You need a Brother to work with you. While working,NO BOOK. Use book to recall only. Move along one sentence at a time.


----------



## Willys (Jul 19, 2014)

*Bro. ARizo1011*, come back to let us know how it's going.

A couple of additional points plus some of the above.

Yeah, abandon the crutch, trust yourself.

You mention visiting several Lodges.  That's good but try to use only one instructor.  Multiple instructors can result in confusion as each will have his own quirks, stopping or correcting in different places.  That can throw off your rhythm, or cadence as indicated by Brother crono782, above.

Something I learned from teaching the work is that I learned from the teaching experience.  The more I _'taught'_ the more I knew.  So, turn it around... _you might recognize this_, and teach it back to your instructor.  Rather than dragging out a rote memory challenge, explain to your inquirer what you do know.

We all talk about testing, and exam, and trial, and on and on.  But it's really more about learning and recognizing what you've learned and how to apply that knowledge.  An electrician knows that a switch turns on/off an electrical device but even more, he recognizes the electrical function.  You're not trying to prove you can pass a test, you're learning how to apply the lessons of the craft.

Good luck...


----------



## Pscyclepath (Jul 19, 2014)

Like Texas, Arkansas is one of those jurisdictions where cipher or code books are strictly prohibited.  Mouth-to-ear is the only way to pass it on, with the exception of some very small parts that are printed in the state Monitor.

Work one-on-one with a certified instructor or lecturer...  That's what the certification is for, the standardization and preservation of the Ritual, and that fellow has to be word-perfect in order to be certified in the first place.

Harry S Truman lectured and conferred the degrees on his mules, while walking or riding behind them on a gang plow.  He became a district lecturer that way.  My bird dog, Sam, is something like a 99th degree Mason by now for all the degrees and lectures I've practiced on him.  Even studying for my instructor's card, I spent about 15 months being lectured just like an EA by my mentors...  some 30,000 words or so in that part of the Work.  I would be lectured at least once or twice per week, then on my own time, turn off the radio and recite the parts I was working on.  Also helping to lecture some of the newer candidates in the lodge, as well as traveling and actually working parts in the degrees, and listening closely to what was going on when I wasn't actually working.  I'm now working to earn the red card, which is simply the second section of the Masters degree and only about 6000 words or so in comparison.   Repetition, repetition, repetition, until you've got it running in your mind like a tape track (or ear worm).
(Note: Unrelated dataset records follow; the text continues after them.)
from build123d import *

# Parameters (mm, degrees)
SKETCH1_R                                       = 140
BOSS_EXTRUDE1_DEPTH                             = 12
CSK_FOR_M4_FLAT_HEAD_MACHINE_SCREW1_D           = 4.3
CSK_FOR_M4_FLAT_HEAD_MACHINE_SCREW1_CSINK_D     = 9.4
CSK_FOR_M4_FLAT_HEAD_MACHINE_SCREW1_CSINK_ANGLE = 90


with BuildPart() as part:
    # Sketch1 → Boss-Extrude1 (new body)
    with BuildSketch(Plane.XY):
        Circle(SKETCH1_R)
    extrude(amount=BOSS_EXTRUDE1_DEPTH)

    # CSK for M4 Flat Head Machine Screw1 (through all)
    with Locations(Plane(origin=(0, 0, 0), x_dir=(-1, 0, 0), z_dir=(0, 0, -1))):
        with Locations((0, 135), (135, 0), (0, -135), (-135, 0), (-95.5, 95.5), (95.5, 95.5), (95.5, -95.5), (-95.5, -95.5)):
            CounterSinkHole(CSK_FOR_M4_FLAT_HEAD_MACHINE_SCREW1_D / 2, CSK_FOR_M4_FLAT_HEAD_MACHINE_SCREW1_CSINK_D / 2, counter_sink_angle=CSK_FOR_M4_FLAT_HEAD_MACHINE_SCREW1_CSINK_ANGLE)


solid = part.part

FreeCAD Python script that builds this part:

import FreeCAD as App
import Part
import Sketcher
from FreeCAD import Vector
Q = App.Units.Quantity

doc = App.newDocument("Part")
params = doc.addObject("Spreadsheet::Sheet", "Params")
for row, (alias, value) in enumerate([
    ("sketch1_diameter", "280 mm"),
    ("pad1_length", "12 mm"),
    ("sketch2_diameter", "4.3 mm"),
    ("hole_diameter", "4.3 mm"),
    ("hole_csink_diameter", "9.4 mm"),
], start=1):
    params.set(f"A{row}", alias)
    params.set(f"B{row}", "=" + value)
    params.setAlias(f"B{row}", alias)

body = doc.addObject("PartDesign::Body", "Body")

sketch1 = body.newObject("Sketcher::SketchObject", "Sketch")
sketch1.AttachmentSupport = (doc.getObject("XY_Plane"), [""])
sketch1.MapMode = "FlatFace"
sketch1.addGeometry(Part.Circle(Vector(0, 0, 0), Vector(0, 0, 1), 140), False)
sketch1.addConstraint([
    Sketcher.Constraint("Coincident", 0, 3, -1, 1),
    Sketcher.Constraint("Diameter", 0, Q("280 mm")),
])
sketch1.setExpression("Constraints[1]", "Params.sketch1_diameter")
pad1 = body.newObject("PartDesign::Pad", "Pad")
pad1.Profile = sketch1
pad1.setExpression("Length", "Params.pad1_length")

sketch2 = body.newObject("Sketcher::SketchObject", "Sketch001")
sketch2.AttachmentSupport = (doc.getObject("XY_Plane"), [""])
sketch2.MapMode = "FlatFace"
sketch2.addGeometry([
    Part.Circle(Vector(0, 135, 0), Vector(0, 0, 1), 2.1),
    Part.Circle(Vector(-135, 0, 0), Vector(0, 0, 1), 2.1),
    Part.Circle(Vector(0, -135, 0), Vector(0, 0, 1), 2.1),
    Part.Circle(Vector(135, 0, 0), Vector(0, 0, 1), 2.1),
    Part.Circle(Vector(95.5, 95.5, 0), Vector(0, 0, 1), 2.1),
    Part.Circle(Vector(-95.5, 95.5, 0), Vector(0, 0, 1), 2.1),
    Part.Circle(Vector(-95.5, -95.5, 0), Vector(0, 0, 1), 2.1),
    Part.Circle(Vector(95.5, -95.5, 0), Vector(0, 0, 1), 2.1),
], False)
sketch2.addConstraint([
    Sketcher.Constraint("Equal", 0, 1),
    Sketcher.Constraint("Equal", 1, 2),
    Sketcher.Constraint("Equal", 2, 3),
    Sketcher.Constraint("Equal", 3, 4),
    Sketcher.Constraint("Equal", 4, 5),
    Sketcher.Constraint("Equal", 5, 6),
    Sketcher.Constraint("Equal", 6, 7),
    Sketcher.Constraint("Symmetric", 0, 3, 2, 3, -1, 1),
    Sketcher.Constraint("Symmetric", 1, 3, 3, 3, -1, 1),
    Sketcher.Constraint("Symmetric", 4, 3, 6, 3, -1, 1),
    Sketcher.Constraint("Symmetric", 5, 3, 7, 3, -1, 1),
    Sketcher.Constraint("Symmetric", 4, 3, 5, 3, -2),
    Sketcher.Constraint("PointOnObject", 0, 3, -2),
    Sketcher.Constraint("PointOnObject", 1, 3, -1),
    Sketcher.Constraint("Diameter", 0, Q("4.3 mm")),
    Sketcher.Constraint("DistanceY", -1, 1, 0, 3, Q("135 mm")),
    Sketcher.Constraint("DistanceX", 1, 3, -1, 1, Q("135 mm")),
    Sketcher.Constraint("DistanceX", 5, 3, 4, 3, Q("191 mm")),
    Sketcher.Constraint("DistanceY", 6, 3, 5, 3, Q("191 mm")),
])
sketch2.setExpression("Constraints[14]", "Params.sketch2_diameter")
doc.recompute()
hole = body.newObject("PartDesign::Hole", "Hole")
hole.Profile = sketch2
hole.ThreadType = "None"
hole.setExpression("Diameter", "Params.hole_diameter")
hole.DepthType = "ThroughAll"
hole.HoleCutType = "Countersink"
hole.setExpression("HoleCutDiameter", "Params.hole_csink_diameter")
hole.HoleCutCountersinkAngle = 90
hole.Reversed = True

doc.recompute()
Once you have the words pretty well down, you will soon note that the part has a cadence, or rhythm, which will help you remember (or at least recognize when you've strayed off the path).  Use that.  
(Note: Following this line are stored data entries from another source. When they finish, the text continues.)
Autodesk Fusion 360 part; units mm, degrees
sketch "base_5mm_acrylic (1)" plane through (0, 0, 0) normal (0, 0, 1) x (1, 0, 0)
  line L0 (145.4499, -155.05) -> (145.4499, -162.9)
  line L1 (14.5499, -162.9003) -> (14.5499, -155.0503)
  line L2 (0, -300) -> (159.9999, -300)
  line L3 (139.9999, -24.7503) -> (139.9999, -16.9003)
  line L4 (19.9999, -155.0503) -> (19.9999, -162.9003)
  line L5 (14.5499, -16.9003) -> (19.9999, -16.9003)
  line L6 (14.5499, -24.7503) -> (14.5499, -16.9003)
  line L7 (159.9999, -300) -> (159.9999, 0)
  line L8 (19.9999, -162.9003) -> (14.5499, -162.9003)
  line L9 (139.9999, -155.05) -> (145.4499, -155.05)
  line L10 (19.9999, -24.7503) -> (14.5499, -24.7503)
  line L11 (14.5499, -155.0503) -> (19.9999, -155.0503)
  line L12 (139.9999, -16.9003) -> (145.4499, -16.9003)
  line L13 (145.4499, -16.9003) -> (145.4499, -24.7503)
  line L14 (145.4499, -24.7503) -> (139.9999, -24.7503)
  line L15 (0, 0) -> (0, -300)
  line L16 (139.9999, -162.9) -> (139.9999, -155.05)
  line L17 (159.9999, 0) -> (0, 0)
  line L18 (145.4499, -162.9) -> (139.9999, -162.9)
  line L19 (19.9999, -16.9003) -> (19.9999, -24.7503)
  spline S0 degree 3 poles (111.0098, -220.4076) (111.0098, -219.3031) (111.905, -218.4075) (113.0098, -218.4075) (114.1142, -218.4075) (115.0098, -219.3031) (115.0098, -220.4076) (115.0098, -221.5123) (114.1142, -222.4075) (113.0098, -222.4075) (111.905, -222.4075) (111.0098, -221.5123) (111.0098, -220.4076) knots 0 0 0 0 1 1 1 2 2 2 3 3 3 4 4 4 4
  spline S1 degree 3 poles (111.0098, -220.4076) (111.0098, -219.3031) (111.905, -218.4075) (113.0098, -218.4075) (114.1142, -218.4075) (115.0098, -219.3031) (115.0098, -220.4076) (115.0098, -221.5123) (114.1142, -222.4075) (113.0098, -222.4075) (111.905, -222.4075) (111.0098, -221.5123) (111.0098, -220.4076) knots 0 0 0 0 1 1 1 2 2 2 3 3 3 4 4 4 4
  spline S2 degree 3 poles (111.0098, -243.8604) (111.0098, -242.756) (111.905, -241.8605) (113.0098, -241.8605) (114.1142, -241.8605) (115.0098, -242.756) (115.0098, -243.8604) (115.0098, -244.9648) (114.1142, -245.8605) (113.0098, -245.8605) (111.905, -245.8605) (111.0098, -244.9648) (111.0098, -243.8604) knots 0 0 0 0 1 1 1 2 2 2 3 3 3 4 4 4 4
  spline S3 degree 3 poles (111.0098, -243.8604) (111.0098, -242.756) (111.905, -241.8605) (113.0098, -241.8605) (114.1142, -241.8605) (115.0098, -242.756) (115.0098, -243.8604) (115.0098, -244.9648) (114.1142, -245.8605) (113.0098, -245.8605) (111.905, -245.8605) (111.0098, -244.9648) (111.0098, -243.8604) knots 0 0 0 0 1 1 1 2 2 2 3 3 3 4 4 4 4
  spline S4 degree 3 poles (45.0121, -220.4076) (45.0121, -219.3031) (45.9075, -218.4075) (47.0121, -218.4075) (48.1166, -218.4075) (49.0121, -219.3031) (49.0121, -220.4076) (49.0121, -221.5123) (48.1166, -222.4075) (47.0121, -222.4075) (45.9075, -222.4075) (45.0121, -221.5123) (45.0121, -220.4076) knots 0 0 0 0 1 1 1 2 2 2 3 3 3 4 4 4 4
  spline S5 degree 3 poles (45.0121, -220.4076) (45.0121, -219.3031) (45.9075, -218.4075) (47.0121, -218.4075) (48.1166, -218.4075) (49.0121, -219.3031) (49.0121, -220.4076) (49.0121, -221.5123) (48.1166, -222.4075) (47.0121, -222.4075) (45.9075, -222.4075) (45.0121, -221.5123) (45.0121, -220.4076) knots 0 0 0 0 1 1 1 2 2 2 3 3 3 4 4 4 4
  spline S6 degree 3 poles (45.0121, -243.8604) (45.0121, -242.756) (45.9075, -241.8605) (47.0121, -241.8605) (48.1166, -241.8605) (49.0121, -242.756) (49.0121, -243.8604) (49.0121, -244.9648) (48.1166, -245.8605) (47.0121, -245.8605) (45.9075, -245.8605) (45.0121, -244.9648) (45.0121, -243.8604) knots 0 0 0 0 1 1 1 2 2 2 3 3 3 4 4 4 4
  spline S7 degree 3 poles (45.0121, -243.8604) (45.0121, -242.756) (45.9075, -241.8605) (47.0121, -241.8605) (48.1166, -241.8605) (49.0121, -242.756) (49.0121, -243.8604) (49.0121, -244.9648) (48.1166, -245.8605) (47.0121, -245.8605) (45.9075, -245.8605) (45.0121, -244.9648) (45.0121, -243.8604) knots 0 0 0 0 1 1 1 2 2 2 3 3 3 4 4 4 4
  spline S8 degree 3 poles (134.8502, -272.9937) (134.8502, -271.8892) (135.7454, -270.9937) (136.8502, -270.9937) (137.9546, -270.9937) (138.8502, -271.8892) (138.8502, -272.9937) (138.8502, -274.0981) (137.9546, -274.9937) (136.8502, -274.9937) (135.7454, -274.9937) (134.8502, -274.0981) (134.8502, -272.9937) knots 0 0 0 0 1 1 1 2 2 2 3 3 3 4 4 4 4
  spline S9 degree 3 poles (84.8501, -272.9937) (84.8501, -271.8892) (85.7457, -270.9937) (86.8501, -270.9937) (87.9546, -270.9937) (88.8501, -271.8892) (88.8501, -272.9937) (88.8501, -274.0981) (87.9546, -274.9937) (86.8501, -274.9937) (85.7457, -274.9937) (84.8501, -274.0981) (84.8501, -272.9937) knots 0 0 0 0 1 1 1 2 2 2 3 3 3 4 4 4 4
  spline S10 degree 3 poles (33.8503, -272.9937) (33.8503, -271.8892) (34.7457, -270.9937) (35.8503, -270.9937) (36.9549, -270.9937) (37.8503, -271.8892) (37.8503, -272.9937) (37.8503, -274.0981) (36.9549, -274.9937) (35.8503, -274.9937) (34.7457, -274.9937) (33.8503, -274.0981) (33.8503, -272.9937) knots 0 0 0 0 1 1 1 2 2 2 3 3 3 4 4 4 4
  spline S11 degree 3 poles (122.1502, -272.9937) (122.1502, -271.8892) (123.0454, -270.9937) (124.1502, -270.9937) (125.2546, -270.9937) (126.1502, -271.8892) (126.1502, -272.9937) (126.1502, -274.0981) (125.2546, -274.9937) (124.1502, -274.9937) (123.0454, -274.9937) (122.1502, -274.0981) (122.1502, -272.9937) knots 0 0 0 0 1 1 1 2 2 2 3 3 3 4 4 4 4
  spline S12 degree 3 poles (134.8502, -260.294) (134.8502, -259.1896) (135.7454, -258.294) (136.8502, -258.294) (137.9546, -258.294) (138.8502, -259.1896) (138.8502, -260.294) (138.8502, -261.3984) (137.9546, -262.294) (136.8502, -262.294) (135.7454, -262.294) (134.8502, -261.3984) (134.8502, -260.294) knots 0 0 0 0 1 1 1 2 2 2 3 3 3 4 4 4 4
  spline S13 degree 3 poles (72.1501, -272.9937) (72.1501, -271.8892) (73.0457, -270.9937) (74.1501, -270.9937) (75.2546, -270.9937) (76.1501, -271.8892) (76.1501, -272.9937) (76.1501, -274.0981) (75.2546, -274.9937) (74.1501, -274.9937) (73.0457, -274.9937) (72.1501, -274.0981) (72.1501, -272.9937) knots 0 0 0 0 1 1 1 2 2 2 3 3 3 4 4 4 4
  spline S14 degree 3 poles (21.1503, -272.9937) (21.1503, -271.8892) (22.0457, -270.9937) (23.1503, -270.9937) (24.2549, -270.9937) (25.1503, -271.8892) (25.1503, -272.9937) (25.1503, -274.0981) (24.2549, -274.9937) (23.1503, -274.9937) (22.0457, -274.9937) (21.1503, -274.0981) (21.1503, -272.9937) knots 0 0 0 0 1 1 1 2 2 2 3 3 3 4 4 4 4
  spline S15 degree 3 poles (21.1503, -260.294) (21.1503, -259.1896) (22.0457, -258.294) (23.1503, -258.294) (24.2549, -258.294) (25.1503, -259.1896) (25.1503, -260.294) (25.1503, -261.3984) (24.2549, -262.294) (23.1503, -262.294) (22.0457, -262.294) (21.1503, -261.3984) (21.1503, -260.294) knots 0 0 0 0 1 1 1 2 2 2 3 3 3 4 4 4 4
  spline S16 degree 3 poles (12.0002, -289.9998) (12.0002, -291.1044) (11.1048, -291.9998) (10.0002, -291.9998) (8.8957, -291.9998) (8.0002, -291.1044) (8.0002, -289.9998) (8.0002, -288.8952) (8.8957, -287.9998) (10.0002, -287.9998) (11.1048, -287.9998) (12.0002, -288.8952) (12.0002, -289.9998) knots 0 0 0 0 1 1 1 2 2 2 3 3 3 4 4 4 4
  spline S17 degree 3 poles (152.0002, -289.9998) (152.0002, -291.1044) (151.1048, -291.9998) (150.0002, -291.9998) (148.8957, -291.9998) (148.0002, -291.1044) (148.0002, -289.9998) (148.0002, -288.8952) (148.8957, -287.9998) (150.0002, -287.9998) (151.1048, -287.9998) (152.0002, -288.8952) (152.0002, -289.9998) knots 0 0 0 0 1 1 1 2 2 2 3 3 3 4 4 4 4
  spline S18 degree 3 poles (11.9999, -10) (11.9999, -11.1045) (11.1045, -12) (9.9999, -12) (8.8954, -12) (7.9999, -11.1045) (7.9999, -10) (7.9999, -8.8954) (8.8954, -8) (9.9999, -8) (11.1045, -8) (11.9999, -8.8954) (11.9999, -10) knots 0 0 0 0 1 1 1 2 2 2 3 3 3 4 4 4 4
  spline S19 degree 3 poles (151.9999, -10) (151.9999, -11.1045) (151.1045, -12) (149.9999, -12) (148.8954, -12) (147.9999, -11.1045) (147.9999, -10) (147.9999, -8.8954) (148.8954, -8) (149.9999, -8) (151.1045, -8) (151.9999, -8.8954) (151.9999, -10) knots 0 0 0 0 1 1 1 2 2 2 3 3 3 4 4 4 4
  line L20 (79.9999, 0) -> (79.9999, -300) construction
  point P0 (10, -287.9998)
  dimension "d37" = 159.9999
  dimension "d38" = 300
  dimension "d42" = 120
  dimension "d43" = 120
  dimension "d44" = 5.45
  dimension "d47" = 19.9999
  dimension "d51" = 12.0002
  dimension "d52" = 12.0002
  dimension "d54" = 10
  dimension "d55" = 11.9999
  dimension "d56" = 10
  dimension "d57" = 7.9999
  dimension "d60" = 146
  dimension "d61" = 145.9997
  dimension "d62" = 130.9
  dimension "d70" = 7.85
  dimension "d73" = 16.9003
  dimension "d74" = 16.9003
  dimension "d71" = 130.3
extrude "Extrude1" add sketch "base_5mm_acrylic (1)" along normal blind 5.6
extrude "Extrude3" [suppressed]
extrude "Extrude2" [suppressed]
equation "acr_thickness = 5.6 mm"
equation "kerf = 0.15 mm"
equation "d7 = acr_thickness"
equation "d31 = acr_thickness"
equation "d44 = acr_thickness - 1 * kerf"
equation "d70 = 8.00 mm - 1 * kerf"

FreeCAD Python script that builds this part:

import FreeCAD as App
import Part
import Sketcher
from FreeCAD import Vector


def add_polygon(sketch, points):
    """Adds a closed chain of lines whose ends are joined by coincident constraints."""
    first, n = sketch.GeometryCount, len(points)
    for a, b in zip(points, points[1:] + points[:1]):
        sketch.addGeometry(Part.LineSegment(App.Vector(*a, 0), App.Vector(*b, 0)), False)
    for i in range(n):
        sketch.addConstraint(Sketcher.Constraint("Coincident", first + i, 2, first + (i + 1) % n, 1))

doc = App.newDocument("Part")
params = doc.addObject("Spreadsheet::Sheet", "Params")
for row, (alias, value) in enumerate([
    ("sketch1_width", "160 mm"),
    ("sketch1_height", "300 mm"),
    ("sketch1_width2", "5.45 mm"),
    ("sketch1_height2", "7.85 mm"),
    ("pad1_length", "5.6 mm"),
], start=1):
    params.set(f"A{row}", alias)
    params.set(f"B{row}", "=" + value)
    params.setAlias(f"B{row}", alias)

body = doc.addObject("PartDesign::Body", "Body")

# Sketch on XY plane
sketch1 = body.newObject("Sketcher::SketchObject", "Sketch")
sketch1.AttachmentSupport = (doc.getObject("XY_Plane"), [""])
sketch1.MapMode = "FlatFace"
add_polygon(sketch1, [(0, 0), (0, -300), (159.9999, -300), (159.9999, 0)])  # lines 0-3
sketch1.addGeometry(Part.BSplineCurve([Vector(12.0002, -289.9998, 0), Vector(12.0002, -291.1044, 0), Vector(11.1048, -291.9998, 0), Vector(10.0002, -291.9998, 0), Vector(8.8957, -291.9998, 0), Vector(8.0002, -291.1044, 0), Vector(8.0002, -289.9998, 0), Vector(8.0002, -288.8952, 0), Vector(8.8957, -287.9998, 0), Vector(10.0002, -287.9998, 0), Vector(11.1048, -287.9998, 0), Vector(12.0002, -288.8952, 0), Vector(12.0002, -289.9998, 0)], [4, 3, 3, 3, 4], [0, 1, 2, 3, 4], False, 3, [1, 1, 1, 1, 1, 1, 1, 1, 1, 1, 1, 1, 1], False), False)  # 4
Traveling helps in the repetition part, but in many/most little lodges, you will hear a wide variety of the same section of the work  ;-)   That's why it's best to work with a certified lecturer, so as to resolve just what the good words are so's you can keep the bad words out.


----------



## Levelhead (Jul 19, 2014)

Im from florida also. Spend alot of time with your mentor. I used the same book until i knew how to read it, then never opened it again.
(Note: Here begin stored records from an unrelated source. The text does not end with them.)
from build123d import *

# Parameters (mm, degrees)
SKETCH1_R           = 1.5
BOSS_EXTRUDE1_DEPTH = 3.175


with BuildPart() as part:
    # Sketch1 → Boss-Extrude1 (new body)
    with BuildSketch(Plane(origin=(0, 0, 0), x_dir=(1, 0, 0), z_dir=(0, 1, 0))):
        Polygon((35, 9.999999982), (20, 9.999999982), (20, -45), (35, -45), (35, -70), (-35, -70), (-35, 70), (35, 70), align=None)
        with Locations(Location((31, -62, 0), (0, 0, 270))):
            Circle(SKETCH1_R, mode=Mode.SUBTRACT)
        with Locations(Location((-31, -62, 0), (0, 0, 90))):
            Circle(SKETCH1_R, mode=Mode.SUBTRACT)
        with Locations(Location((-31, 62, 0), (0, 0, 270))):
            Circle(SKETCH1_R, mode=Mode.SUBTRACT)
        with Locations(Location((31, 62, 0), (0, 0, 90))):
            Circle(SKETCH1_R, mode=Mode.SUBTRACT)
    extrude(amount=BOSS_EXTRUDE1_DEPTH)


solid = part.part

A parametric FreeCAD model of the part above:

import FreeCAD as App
import Part
import Sketcher
from FreeCAD import Vector

doc = App.newDocument("Part")
body = doc.addObject("PartDesign::Body", "Body")

sketch1 = body.newObject("Sketcher::SketchObject", "Sketch")
sketch1.AttachmentSupport = (doc.getObject("XZ_Plane"), [""])
sketch1.MapMode = "FlatFace"
sketch1.addGeometry([
    Part.LineSegment(Vector(20, -10, 0), Vector(35, -10, 0)),
    Part.LineSegment(Vector(35, -10, 0), Vector(35, -70, 0)),
    Part.LineSegment(Vector(35, -70, 0), Vector(-35, -70, 0)),
    Part.LineSegment(Vector(-35, -70, 0), Vector(-35, 70, 0)),
    Part.LineSegment(Vector(-35, 70, 0), Vector(35, 70, 0)),
    Part.LineSegment(Vector(35, 70, 0), Vector(35, 45, 0)),
    Part.LineSegment(Vector(35, 45, 0), Vector(20, 45, 0)),
    Part.LineSegment(Vector(20, 45, 0), Vector(20, -10, 0)),
    Part.Circle(Vector(31, 62, 0), Vector(0, 0, 1), 1.5),
    Part.Circle(Vector(-31, 62, 0), Vector(0, 0, 1), 1.5),
    Part.Circle(Vector(31, -62, 0), Vector(0, 0, 1), 1.5),
    Part.Circle(Vector(-31, -62, 0), Vector(0, 0, 1), 1.5),
], False)
sketch1.addConstraint([
    Sketcher.Constraint("Coincident", 0, 2, 1, 1),
    Sketcher.Constraint("Coincident", 1, 2, 2, 1),
    Sketcher.Constraint("Coincident", 2, 2, 3, 1),
    Sketcher.Constraint("Coincident", 3, 2, 4, 1),
    Sketcher.Constraint("Coincident", 4, 2, 5, 1),
    Sketcher.Constraint("Coincident", 5, 2, 6, 1),
    Sketcher.Constraint("Coincident", 6, 2, 7, 1),
    Sketcher.Constraint("Coincident", 7, 2, 0, 1),
    Sketcher.Constraint("Horizontal", 0),
    Sketcher.Constraint("Vertical", 1),
    Sketcher.Constraint("Horizontal", 2),
    Sketcher.Constraint("Vertical", 3),
    Sketcher.Constraint("Horizontal", 4),
    Sketcher.Constraint("Vertical", 5),
    Sketcher.Constraint("Horizontal", 6),
    Sketcher.Constraint("Vertical", 7),
    Sketcher.Constraint("Equal", 8, 9),
    Sketcher.Constraint("Equal", 9, 10),
    Sketcher.Constraint("Equal", 10, 11),
    Sketcher.Constraint("Symmetric", 9, 3, 10, 3, -1, 1),
    Sketcher.Constraint("Symmetric", 8, 3, 11, 3, -1, 1),
    Sketcher.Constraint("Symmetric", 1, 2, 3, 2, -1, 1),
    Sketcher.Constraint("Symmetric", 8, 3, 9, 3, -2),
    Sketcher.Constraint("Vertical", 1, 2, 4, 2),
    Sketcher.Constraint("Diameter", 8, 3.0),
    Sketcher.Constraint("DistanceX", 0, 1, 0, 2, 15.0),
    Sketcher.Constraint("DistanceX", 2, 2, 2, 1, 70.0),
    Sketcher.Constraint("DistanceY", 1, 2, 1, 1, 60.0),
    Sketcher.Constraint("DistanceY", 3, 1, 3, 2, 140.0),
    Sketcher.Constraint("DistanceY", 5, 2, 5, 1, 25.0),
    Sketcher.Constraint("DistanceX", -1, 1, 8, 3, 31.0),
    Sketcher.Constraint("DistanceY", -1, 1, 8, 3, 62.0),
])
pad1 = body.newObject("PartDesign::Pad", "Pad")
pad1.Profile = sketch1
pad1.Length = 3.175
pad1.Reversed = True

doc.recompute()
Out loud, in the car, at work in my head. Youll get it. Dont rush.


----------



## streeter (Jul 20, 2014)

over 30 years membership i have learned the work in three jurisdictions - something that i have discovered that works for me - is to read just once - before going to bed and sleeping - that part of the work you are attempting to memorize - and then immediately upon waking to read it again - slowly and deliberately both times - this works for me - it may not work for you - also -  i make a serious effort not to 'force' myself - i have some other ideas as well - good luck brother ...robert streeter.


----------



## Warrior1256 (Aug 15, 2014)

I went to a quite place where I was alone and went over the material....and over....and over....and over....


----------



## pointwithinacircle2 (Aug 15, 2014)

In my experience, preparing the mind before you begin is the most important part of any endeavor.


----------



## ARizo1011 (Aug 16, 2014)

Brethren, I learned, understood, memorized the work and gave back the catechism on July 7th. I was just recently passed to the degree of Fellow Craft on the 12th of August.  And it was an incredible lecture there was so much to absorb. And may I say that the catechism is fairly easier to pick up on. It haven't been a week since I've gotten my catechism and I'm understanding the work faster then I did the EA. Thank you brothers for your comments and advice it was put to use!!  hopefully I will give back this catechism by Sept.!!!


----------



## Pscyclepath (Aug 16, 2014)

Having attained my Blue Card certification as an instructor, I'm currently working on my "Red Card" proficiency for the 2nd Section of the Master's degree in order to "collect the whole set."   Just like with the other work, I start at the beginning with every part, and work my way forward, learning it in chunks, a phrase or two at a time, then stringing it together.  I go to degrees and listen closely to pick up the parts, and do a good bit of work myself to practice actually delivering specific parts.   On my own, I work through and up to the point I know, and then sit down with another instructor or a friend who has the work, and identify and clear out the Bad Words. When I can, I go to the Grand Lodge schools for their exemplifications and to check my questions out with the Grand Lecturer.   I'm about 70% there and hope to test for the card around the end of the calendar year.  While this is a technique that I've worked out for myself in preparing for the certification exams, it works just as well in memorizing and presenting the stuff like the proficiency lectures. 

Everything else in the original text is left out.